— Assignment —
Please take the lines from the one holding "f 105 218 217" through the one holding "# F0 (on Top) → F1 (new body)" in the data below and copy them exactly.

=-=-=

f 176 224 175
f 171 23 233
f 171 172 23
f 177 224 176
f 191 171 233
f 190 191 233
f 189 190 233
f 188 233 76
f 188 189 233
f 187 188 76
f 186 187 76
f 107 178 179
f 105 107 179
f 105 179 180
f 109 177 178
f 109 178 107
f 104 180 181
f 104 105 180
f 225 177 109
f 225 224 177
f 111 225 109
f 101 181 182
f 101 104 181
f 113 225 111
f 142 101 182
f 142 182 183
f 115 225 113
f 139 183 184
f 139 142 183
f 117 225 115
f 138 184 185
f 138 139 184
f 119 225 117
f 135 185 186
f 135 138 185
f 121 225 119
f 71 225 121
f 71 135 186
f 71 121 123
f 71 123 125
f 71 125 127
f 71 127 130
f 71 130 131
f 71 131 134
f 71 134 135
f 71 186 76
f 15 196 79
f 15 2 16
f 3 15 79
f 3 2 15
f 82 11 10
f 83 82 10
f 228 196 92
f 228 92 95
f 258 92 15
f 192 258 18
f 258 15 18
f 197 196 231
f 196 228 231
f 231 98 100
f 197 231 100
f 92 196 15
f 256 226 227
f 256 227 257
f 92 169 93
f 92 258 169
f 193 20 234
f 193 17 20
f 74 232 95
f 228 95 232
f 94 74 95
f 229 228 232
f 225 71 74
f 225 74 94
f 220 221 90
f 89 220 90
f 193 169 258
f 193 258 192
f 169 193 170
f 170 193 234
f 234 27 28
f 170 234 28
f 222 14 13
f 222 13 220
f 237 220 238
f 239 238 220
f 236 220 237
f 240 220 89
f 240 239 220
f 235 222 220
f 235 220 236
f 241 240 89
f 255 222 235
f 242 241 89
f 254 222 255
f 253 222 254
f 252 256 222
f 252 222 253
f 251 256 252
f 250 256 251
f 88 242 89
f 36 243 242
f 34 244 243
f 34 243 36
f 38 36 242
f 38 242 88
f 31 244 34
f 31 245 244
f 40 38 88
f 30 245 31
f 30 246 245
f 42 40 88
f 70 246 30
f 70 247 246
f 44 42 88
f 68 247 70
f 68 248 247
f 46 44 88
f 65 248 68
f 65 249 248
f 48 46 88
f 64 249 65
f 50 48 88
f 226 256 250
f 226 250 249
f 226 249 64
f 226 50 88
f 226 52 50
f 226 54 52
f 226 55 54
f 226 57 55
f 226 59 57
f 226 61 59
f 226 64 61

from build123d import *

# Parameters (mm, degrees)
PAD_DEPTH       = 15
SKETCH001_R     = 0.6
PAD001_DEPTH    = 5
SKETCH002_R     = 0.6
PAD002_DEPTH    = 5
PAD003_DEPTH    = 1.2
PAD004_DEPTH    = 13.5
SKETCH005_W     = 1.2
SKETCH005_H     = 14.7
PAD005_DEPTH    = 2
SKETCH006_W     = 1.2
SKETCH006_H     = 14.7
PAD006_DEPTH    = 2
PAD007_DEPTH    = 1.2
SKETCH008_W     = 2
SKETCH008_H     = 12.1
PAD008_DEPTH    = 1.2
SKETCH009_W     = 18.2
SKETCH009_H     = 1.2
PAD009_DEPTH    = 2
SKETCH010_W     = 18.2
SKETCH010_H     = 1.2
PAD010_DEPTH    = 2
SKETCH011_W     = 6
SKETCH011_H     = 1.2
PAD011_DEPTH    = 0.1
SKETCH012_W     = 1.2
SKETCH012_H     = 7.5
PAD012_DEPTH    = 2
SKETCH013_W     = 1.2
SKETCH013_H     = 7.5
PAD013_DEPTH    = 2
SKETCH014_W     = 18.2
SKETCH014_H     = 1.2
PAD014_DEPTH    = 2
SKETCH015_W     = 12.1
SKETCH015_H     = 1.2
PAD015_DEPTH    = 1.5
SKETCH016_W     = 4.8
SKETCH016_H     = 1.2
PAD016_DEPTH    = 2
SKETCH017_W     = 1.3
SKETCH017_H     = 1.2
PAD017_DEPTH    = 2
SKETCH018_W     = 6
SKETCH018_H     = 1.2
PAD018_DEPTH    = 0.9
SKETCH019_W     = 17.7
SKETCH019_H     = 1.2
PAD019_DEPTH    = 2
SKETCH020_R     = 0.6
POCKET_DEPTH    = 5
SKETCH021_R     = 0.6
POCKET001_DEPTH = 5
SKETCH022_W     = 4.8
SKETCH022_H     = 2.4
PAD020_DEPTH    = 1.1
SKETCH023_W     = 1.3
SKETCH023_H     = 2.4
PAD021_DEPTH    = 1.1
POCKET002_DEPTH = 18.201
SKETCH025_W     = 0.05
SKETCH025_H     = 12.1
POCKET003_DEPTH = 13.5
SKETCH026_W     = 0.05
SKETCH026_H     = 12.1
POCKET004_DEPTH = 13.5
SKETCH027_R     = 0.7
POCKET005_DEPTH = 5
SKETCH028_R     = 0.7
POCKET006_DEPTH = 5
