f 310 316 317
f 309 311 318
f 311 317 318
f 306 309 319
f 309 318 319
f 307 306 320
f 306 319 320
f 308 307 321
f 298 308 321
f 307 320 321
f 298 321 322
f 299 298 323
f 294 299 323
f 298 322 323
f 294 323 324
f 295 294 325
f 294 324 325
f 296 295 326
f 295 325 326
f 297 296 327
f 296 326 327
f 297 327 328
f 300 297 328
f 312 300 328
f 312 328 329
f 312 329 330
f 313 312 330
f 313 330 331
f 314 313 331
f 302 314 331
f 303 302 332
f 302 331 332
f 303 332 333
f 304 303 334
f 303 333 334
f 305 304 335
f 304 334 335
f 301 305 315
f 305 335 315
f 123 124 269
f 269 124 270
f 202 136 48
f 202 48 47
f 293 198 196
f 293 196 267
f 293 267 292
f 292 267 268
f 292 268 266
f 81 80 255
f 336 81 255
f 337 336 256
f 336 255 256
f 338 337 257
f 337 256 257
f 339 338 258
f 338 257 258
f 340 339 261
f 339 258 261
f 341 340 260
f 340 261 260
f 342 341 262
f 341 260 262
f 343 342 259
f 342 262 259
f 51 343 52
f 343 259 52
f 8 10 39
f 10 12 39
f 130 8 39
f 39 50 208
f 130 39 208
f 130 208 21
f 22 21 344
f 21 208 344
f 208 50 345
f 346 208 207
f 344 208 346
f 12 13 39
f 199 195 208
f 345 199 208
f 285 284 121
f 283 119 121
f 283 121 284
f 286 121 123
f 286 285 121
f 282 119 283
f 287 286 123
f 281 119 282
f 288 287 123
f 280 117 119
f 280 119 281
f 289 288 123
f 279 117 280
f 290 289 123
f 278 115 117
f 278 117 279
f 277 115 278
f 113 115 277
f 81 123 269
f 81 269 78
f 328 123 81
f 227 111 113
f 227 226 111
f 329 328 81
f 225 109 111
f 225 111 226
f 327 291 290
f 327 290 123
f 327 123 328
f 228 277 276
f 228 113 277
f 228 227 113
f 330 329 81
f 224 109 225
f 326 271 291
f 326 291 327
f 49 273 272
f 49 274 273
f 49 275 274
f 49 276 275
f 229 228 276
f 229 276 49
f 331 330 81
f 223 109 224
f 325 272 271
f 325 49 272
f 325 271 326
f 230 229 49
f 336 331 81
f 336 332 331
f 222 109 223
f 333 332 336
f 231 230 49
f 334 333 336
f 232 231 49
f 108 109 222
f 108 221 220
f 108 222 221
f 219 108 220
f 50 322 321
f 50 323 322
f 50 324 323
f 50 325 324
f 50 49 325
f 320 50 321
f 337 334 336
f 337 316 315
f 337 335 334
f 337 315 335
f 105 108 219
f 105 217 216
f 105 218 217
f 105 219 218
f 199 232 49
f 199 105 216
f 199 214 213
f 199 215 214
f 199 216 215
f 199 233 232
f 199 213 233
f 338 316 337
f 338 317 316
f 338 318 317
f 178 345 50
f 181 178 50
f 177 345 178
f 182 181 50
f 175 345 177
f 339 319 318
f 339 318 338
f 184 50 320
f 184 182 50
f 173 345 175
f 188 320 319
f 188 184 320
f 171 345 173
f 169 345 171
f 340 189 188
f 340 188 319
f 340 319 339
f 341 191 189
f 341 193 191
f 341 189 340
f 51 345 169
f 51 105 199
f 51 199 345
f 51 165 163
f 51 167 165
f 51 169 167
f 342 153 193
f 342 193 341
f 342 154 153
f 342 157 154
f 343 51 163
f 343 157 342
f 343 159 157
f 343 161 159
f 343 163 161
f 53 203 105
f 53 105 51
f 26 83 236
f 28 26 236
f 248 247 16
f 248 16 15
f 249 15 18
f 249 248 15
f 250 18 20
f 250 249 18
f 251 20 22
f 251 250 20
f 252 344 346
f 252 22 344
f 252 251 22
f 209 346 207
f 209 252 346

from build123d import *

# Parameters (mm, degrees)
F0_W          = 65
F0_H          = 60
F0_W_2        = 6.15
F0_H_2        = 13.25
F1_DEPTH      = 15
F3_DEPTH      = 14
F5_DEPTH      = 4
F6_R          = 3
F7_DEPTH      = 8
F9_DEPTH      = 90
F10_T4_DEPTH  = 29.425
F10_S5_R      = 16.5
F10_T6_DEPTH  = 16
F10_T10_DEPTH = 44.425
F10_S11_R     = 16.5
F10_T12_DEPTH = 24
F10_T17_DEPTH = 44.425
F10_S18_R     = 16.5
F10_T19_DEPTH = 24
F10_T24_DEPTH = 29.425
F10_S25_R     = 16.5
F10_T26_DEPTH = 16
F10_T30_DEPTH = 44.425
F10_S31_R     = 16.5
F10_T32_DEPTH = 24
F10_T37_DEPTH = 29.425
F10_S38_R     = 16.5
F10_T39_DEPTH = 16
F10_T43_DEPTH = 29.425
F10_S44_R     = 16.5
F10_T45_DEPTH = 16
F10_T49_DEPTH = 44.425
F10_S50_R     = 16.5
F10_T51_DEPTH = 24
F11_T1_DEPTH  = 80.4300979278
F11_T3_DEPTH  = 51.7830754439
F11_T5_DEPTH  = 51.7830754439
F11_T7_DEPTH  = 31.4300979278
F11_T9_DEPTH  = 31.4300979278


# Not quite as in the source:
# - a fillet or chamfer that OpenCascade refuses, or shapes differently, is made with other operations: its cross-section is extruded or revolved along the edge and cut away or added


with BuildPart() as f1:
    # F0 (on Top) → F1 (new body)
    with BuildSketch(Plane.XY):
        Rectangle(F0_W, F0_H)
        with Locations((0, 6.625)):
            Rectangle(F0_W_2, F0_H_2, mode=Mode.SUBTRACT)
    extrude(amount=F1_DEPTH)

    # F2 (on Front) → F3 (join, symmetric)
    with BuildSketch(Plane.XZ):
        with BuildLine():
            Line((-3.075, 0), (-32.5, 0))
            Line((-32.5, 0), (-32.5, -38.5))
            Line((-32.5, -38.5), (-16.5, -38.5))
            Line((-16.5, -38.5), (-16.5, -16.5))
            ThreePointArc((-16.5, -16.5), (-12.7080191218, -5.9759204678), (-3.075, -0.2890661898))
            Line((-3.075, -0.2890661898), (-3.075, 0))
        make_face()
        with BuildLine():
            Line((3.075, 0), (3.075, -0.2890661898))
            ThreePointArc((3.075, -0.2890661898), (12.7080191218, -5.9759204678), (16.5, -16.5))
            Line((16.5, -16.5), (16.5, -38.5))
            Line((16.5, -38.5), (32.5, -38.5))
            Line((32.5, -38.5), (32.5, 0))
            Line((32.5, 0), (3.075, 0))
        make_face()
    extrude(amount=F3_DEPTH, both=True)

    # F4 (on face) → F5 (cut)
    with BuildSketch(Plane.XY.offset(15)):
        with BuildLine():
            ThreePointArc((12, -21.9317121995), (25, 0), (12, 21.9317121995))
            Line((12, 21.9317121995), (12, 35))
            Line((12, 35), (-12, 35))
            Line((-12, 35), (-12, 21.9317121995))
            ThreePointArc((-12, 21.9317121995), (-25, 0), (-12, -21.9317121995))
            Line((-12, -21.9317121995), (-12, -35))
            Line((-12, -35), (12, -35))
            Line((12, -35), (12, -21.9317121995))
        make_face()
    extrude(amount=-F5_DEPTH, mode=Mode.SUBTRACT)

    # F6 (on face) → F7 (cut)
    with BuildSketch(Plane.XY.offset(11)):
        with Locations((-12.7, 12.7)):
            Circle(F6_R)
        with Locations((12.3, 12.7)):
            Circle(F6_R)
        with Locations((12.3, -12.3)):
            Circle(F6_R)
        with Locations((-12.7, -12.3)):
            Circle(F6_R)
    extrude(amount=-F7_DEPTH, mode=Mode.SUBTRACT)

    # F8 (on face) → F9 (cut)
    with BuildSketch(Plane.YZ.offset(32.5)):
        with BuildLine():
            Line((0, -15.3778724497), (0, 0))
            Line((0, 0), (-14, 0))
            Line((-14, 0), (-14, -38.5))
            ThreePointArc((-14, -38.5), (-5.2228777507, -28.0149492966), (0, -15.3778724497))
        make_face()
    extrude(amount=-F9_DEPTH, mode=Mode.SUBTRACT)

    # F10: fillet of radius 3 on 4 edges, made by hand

=-=-=

— Response —
f 105 218 217
f 105 219 218
f 199 232 49
f 199 105 216
f 199 214 213
f 199 215 214
f 199 216 215
f 199 233 232
f 199 213 233
f 338 316 337
f 338 317 316
f 338 318 317
f 178 345 50
f 181 178 50
f 177 345 178
f 182 181 50
f 175 345 177
f 339 319 318
f 339 318 338
f 184 50 320
f 184 182 50
f 173 345 175
f 188 320 319
f 188 184 320
f 171 345 173
f 169 345 171
f 340 189 188
f 340 188 319
f 340 319 339
f 341 191 189
f 341 193 191
f 341 189 340
f 51 345 169
f 51 105 199
f 51 199 345
f 51 165 163
f 51 167 165
f 51 169 167
f 342 153 193
f 342 193 341
f 342 154 153
f 342 157 154
f 343 51 163
f 343 157 342
f 343 159 157
f 343 161 159
f 343 163 161
f 53 203 105
f 53 105 51
f 26 83 236
f 28 26 236
f 248 247 16
f 248 16 15
f 249 15 18
f 249 248 15
f 250 18 20
f 250 249 18
f 251 20 22
f 251 250 20
f 252 344 346
f 252 22 344
f 252 251 22
f 209 346 207
f 209 252 346

from build123d import *

# Parameters (mm, degrees)
F0_W          = 65
F0_H          = 60
F0_W_2        = 6.15
F0_H_2        = 13.25
F1_DEPTH      = 15
F3_DEPTH      = 14
F5_DEPTH      = 4
F6_R          = 3
F7_DEPTH      = 8
F9_DEPTH      = 90
F10_T4_DEPTH  = 29.425
F10_S5_R      = 16.5
F10_T6_DEPTH  = 16
F10_T10_DEPTH = 44.425
F10_S11_R     = 16.5
F10_T12_DEPTH = 24
F10_T17_DEPTH = 44.425
F10_S18_R     = 16.5
F10_T19_DEPTH = 24
F10_T24_DEPTH = 29.425
F10_S25_R     = 16.5
F10_T26_DEPTH = 16
F10_T30_DEPTH = 44.425
F10_S31_R     = 16.5
F10_T32_DEPTH = 24
F10_T37_DEPTH = 29.425
F10_S38_R     = 16.5
F10_T39_DEPTH = 16
F10_T43_DEPTH = 29.425
F10_S44_R     = 16.5
F10_T45_DEPTH = 16
F10_T49_DEPTH = 44.425
F10_S50_R     = 16.5
F10_T51_DEPTH = 24
F11_T1_DEPTH  = 80.4300979278
F11_T3_DEPTH  = 51.7830754439
F11_T5_DEPTH  = 51.7830754439
F11_T7_DEPTH  = 31.4300979278
F11_T9_DEPTH  = 31.4300979278


# Not quite as in the source:
# - a fillet or chamfer that OpenCascade refuses, or shapes differently, is made with other operations: its cross-section is extruded or revolved along the edge and cut away or added


with BuildPart() as f1:
    # F0 (on Top) → F1 (new body)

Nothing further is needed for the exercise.